[Collected data entries]
= Beginning of Section =
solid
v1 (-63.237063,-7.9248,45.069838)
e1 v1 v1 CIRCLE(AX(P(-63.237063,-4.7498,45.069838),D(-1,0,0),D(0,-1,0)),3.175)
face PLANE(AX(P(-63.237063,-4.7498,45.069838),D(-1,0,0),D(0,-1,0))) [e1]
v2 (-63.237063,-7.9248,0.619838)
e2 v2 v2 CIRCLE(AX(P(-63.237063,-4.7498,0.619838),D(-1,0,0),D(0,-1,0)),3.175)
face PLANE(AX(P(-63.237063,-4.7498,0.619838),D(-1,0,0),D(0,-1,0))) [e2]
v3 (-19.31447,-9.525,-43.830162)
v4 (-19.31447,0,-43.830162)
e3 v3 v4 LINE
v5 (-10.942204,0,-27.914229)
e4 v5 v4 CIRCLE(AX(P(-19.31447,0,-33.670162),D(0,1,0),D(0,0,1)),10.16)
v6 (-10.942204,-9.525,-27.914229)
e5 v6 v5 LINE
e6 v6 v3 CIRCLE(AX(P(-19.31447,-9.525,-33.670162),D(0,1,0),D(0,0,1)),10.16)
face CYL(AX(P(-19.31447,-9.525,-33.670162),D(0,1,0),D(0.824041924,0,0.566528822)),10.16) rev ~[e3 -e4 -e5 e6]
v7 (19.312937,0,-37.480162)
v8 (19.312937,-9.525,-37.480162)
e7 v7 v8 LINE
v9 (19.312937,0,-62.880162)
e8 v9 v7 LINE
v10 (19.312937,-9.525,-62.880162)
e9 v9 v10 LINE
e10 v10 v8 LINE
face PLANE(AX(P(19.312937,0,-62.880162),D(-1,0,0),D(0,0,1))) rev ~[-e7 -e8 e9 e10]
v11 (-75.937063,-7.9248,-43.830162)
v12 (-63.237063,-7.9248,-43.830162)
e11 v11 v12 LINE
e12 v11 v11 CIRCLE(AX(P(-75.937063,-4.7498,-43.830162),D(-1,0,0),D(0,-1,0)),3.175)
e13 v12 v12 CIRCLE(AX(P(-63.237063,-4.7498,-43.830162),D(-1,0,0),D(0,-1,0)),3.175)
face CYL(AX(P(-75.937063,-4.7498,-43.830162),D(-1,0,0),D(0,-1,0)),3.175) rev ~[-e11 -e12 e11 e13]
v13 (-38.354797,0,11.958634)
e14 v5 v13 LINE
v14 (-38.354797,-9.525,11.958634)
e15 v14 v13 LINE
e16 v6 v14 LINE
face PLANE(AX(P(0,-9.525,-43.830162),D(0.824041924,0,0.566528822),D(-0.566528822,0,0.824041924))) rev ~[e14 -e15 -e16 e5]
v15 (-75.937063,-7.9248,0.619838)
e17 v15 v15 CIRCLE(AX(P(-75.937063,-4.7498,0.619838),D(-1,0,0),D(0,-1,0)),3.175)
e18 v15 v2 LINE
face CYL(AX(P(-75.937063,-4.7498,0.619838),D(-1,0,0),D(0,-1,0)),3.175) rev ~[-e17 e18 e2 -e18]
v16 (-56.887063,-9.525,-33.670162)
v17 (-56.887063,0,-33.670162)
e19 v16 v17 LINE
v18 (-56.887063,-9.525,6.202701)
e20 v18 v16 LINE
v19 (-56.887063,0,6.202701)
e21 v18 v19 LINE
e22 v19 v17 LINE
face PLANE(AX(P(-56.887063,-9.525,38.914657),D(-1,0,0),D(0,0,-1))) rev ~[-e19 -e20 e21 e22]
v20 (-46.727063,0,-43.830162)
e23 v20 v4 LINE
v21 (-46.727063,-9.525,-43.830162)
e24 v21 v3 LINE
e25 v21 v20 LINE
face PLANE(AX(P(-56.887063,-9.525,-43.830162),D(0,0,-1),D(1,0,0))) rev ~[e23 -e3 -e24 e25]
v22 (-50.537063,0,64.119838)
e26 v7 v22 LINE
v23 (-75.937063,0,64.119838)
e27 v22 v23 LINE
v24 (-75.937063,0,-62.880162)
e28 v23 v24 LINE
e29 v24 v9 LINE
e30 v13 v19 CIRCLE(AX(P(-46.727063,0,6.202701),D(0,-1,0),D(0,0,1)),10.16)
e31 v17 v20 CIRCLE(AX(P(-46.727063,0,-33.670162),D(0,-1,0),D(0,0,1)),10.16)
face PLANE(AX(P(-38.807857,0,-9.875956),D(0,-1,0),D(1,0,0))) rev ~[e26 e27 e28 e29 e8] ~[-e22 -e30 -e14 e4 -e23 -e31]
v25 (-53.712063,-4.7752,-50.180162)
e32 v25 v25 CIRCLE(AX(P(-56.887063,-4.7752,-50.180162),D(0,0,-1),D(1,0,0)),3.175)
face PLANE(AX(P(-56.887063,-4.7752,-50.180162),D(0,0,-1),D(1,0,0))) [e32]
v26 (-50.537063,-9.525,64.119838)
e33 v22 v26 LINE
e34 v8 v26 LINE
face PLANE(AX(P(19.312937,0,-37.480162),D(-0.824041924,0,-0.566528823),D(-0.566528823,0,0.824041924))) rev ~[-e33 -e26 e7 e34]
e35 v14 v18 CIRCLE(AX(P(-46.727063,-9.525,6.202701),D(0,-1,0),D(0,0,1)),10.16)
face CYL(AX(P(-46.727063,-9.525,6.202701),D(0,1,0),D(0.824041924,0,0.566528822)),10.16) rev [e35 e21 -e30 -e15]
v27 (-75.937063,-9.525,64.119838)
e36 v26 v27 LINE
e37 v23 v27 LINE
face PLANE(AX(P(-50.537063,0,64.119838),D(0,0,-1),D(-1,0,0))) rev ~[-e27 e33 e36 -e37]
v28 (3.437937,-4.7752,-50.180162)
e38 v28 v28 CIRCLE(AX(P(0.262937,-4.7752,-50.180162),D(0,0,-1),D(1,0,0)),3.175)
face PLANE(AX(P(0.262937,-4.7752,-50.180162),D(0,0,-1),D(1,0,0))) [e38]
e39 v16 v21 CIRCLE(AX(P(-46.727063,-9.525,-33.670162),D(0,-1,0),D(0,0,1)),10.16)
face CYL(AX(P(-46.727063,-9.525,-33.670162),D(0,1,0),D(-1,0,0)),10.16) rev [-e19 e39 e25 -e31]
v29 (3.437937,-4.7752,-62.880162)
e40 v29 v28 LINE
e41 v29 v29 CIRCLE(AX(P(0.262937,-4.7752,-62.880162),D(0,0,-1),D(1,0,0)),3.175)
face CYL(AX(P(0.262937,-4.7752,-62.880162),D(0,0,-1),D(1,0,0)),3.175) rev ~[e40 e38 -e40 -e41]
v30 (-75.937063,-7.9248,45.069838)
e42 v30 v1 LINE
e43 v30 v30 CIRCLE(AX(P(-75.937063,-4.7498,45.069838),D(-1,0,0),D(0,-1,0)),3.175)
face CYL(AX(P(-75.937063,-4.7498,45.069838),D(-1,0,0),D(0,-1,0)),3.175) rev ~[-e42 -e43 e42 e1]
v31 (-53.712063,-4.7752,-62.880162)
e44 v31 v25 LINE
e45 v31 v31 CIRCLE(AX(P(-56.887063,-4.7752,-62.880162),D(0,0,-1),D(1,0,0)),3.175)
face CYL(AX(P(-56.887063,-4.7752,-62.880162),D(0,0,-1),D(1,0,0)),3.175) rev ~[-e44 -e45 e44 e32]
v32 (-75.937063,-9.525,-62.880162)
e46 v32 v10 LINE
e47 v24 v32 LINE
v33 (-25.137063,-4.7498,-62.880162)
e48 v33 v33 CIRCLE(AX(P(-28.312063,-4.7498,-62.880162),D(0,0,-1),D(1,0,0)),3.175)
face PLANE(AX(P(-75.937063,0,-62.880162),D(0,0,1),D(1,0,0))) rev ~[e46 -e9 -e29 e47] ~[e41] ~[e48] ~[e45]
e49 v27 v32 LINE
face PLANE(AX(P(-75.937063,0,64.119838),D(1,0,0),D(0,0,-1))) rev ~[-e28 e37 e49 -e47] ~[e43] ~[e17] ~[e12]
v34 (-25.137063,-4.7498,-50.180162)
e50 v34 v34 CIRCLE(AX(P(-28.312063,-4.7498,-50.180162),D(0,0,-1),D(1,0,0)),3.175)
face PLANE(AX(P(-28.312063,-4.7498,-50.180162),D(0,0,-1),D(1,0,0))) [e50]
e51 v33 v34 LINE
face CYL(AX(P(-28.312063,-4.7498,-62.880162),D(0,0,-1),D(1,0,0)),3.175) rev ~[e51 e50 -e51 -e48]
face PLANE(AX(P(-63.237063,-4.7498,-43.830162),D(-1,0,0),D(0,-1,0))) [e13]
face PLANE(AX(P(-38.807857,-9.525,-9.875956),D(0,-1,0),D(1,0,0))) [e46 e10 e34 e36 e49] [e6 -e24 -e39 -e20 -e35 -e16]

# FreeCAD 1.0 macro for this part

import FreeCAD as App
import Part
import Sketcher

V = App.Vector
Q = App.Units.Quantity


def edges_at(feature, points):
    """Names of the edges that pass closest to the given points."""
    edges = feature.Shape.Edges
    near = lambda p: min(range(len(edges)), key=lambda i: edges[i].distToShape(Part.Vertex(*p))[0])
    return sorted({f"Edge{near(p) + 1}" for p in points})


def add_polygon(sketch, points):
    """Adds a closed chain of lines whose ends are joined by coincident constraints."""
    first, n = sketch.GeometryCount, len(points)
    for a, b in zip(points, points[1:] + points[:1]):
        sketch.addGeometry(Part.LineSegment(App.Vector(*a, 0), App.Vector(*b, 0)), False)
    for i in range(n):
        sketch.addConstraint(Sketcher.Constraint("Coincident", first + i, 2, first + (i + 1) % n, 1))

doc = App.newDocument("Part")
params = doc.addObject("Spreadsheet::Sheet", "Params")
for row, (alias, value) in enumerate([
    ("sketch1_width", "1 in"),
    ("sketch1_height", "5 in"),
    ("sketch1_width2", "3.75 in"),
    ("pad1_length", "0.375 in"),
    ("fillet_radius", "0.4 in"),
    ("sketch3_diameter", "0.25 in"),
    ("pocket2_length", "0.5 in"),
    ("sketch4_diameter", "0.25 in"),
    ("pocket3_length", "0.5 in"),
], start=1):
    params.set(f"A{row}", alias)
    params.set(f"B{row}", "=" + value)
    params.setAlias(f"B{row}", alias)

body = doc.addObject("PartDesign::Body", "Body")

sketch1 = body.newObject("Sketcher::SketchObject", "Sketch")
sketch1.AttachmentSupport = (doc.getObject("XZ_Plane"), [""])
sketch1.MapMode = "FlatFace"
add_polygon(sketch1, [(-51, 64), (-76, 64), (-76, -63), (19, -63), (19, -37)])
sketch1.addConstraint([
    Sketcher.Constraint("Horizontal", 0),
    Sketcher.Constraint("Vertical", 1),
    Sketcher.Constraint("Horizontal", 2),
    Sketcher.Constraint("Vertical", 3),
    Sketcher.Constraint("Equal", 0, 3),
    Sketcher.Constraint("DistanceX", 0, 2, 0, 1, Q("1 in")),
    Sketcher.Constraint("DistanceY", 1, 2, 1, 1, Q("5 in")),
    Sketcher.Constraint("DistanceX", 2, 1, 2, 2, Q("3.75 in")),
    Sketcher.Constraint("DistanceY", -1, 1, 0, 2, Q("64.119838 mm")),
    Sketcher.Constraint("DistanceX", 0, 2, -1, 1, Q("75.937063 mm")),
])
sketch1.setExpression("Constraints[10]", "Params.sketch1_width")
sketch1.setExpression("Constraints[11]", "Params.sketch1_height")
sketch1.setExpression("Constraints[12]", "Params.sketch1_width2")
pad1 = body.newObject("PartDesign::Pad", "Pad")
pad1.Profile = sketch1
pad1.setExpression("Length", "Params.pad1_length")

sketch2 = body.newObject("Sketcher::SketchObject", "Sketch001")
sketch2.AttachmentSupport = (doc.getObject("XZ_Plane"), [""])
sketch2.MapMode = "FlatFace"
sketch2.AttachmentOffset = App.Placement(V(0, 0, 0.375 * 25.4), App.Rotation())
add_polygon(sketch2, [(0, -44), (-57, 39), (-57, -44)])
sketch2.addConstraint([
    Sketcher.Constraint("Vertical", 1),
    Sketcher.Constraint("Horizontal", 2),
    Sketcher.Constraint("PointOnObject", 2, 2, -2),
    Sketcher.Constraint("DistanceY", 1, 2, 1, 1, Q("82.744819 mm")),
    Sketcher.Constraint("Distance", 0, Q("100.413361 mm")),
    Sketcher.Constraint("DistanceY", -1, 1, 0, 2, Q("38.914657 mm")),
])
pocket1 = body.newObject("PartDesign::Pocket", "Pocket")
pocket1.Profile = sketch2
pocket1.Type = "ThroughAll"
doc.recompute()

fillet = body.newObject("PartDesign::Fillet", "Fillet")
fillet.Base = (pocket1, edges_at(pocket1, [(-56.887, -4.763, -43.83), (0, -4.763, -43.83), (-56.887, -4.763, 38.915)]))
fillet.setExpression("Radius", "Params.fillet_radius")

sketch3 = body.newObject("Sketcher::SketchObject", "Sketch002")
sketch3.AttachmentSupport = (doc.getObject("XY_Plane"), [""])
sketch3.MapMode = "FlatFace"
sketch3.AttachmentOffset = App.Placement(V(0, 0, -62.880162), App.Rotation())
sketch3.addGeometry([
    Part.Circle(V(-56.9, -4.8, 0), V(0, 0, 1), 3.2),
    Part.Circle(V(-28.3, -4.7, 0), V(0, 0, 1), 3.2),
    Part.Circle(V(0.3, -4.8, 0), V(0, 0, 1), 3.2),
], False)
sketch3.addConstraint([
    Sketcher.Constraint("Equal", 0, 1),
    Sketcher.Constraint("Equal", 1, 2),
    Sketcher.Constraint("Horizontal", 0, 3, 2, 3),
    Sketcher.Constraint("Diameter", 0, Q("0.25 in")),
    Sketcher.Constraint("DistanceX", 0, 3, 2, 3, Q("2.25 in")),
    Sketcher.Constraint("DistanceY", 0, 3, -1, 1, Q("0.188 in")),
    Sketcher.Constraint("DistanceY", 1, 3, -1, 1, Q("0.187 in")),
    Sketcher.Constraint("DistanceX", 0, 3, 1, 3, Q("1.125 in")),
    Sketcher.Constraint("DistanceX", 0, 3, -1, 1, Q("56.887063 mm")),
])
sketch3.setExpression("Constraints[3]", "Params.sketch3_diameter")
pocket2 = body.newObject("PartDesign::Pocket", "Pocket001")
pocket2.Profile = sketch3
pocket2.setExpression("Length", "Params.pocket2_length")
pocket2.Reversed = True

sketch4 = body.newObject("Sketcher::SketchObject", "Sketch003")
sketch4.AttachmentSupport = (doc.getObject("YZ_Plane"), [""])
sketch4.MapMode = "FlatFace"
sketch4.AttachmentOffset = App.Placement(V(0, 0, -75.937063), App.Rotation())
sketch4.addGeometry([
    Part.Circle(V(-4.7, 45.1, 0), V(0, 0, 1), 3.2),
    Part.Circle(V(-4.7, 0.6, 0), V(0, 0, 1), 3.2),
    Part.Circle(V(-4.7, -43.8, 0), V(0, 0, 1), 3.2),
], False)
sketch4.addConstraint([
    Sketcher.Constraint("Equal", 0, 1),
    Sketcher.Constraint("Equal", 1, 2),
    Sketcher.Constraint("Vertical", 0, 3, 1, 3),
    Sketcher.Constraint("Vertical", 1, 3, 2, 3),
    Sketcher.Constraint("Diameter", 0, Q("0.25 in")),
    Sketcher.Constraint("DistanceY", 2, 3, 0, 3, Q("3.5 in")),
    Sketcher.Constraint("DistanceY", 1, 3, 0, 3, Q("1.75 in")),
    Sketcher.Constraint("DistanceX", 0, 3, -1, 1, Q("0.187 in")),
    Sketcher.Constraint("DistanceY", -1, 1, 1, 3, Q("0.619838 mm")),
])
sketch4.setExpression("Constraints[4]", "Params.sketch4_diameter")
pocket3 = body.newObject("PartDesign::Pocket", "Pocket002")
pocket3.Profile = sketch4
pocket3.setExpression("Length", "Params.pocket3_length")
pocket3.Reversed = True

doc.recompute()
= End of Section =
*What the task requires*: Only one stretch of the entries above is wanted: the lines from the one containing "e33 e36 -e37]" through the one containing "e39 v16 v21". Please reproduce it exactly.

*Solution for this problem*:
face PLANE(AX(P(-50.537063,0,64.119838),D(0,0,-1),D(-1,0,0))) rev ~[-e27 e33 e36 -e37]
v28 (3.437937,-4.7752,-50.180162)
e38 v28 v28 CIRCLE(AX(P(0.262937,-4.7752,-50.180162),D(0,0,-1),D(1,0,0)),3.175)
face PLANE(AX(P(0.262937,-4.7752,-50.180162),D(0,0,-1),D(1,0,0))) [e38]
e39 v16 v21 CIRCLE(AX(P(-46.727063,-9.525,-33.670162),D(0,-1,0),D(0,0,1)),10.16)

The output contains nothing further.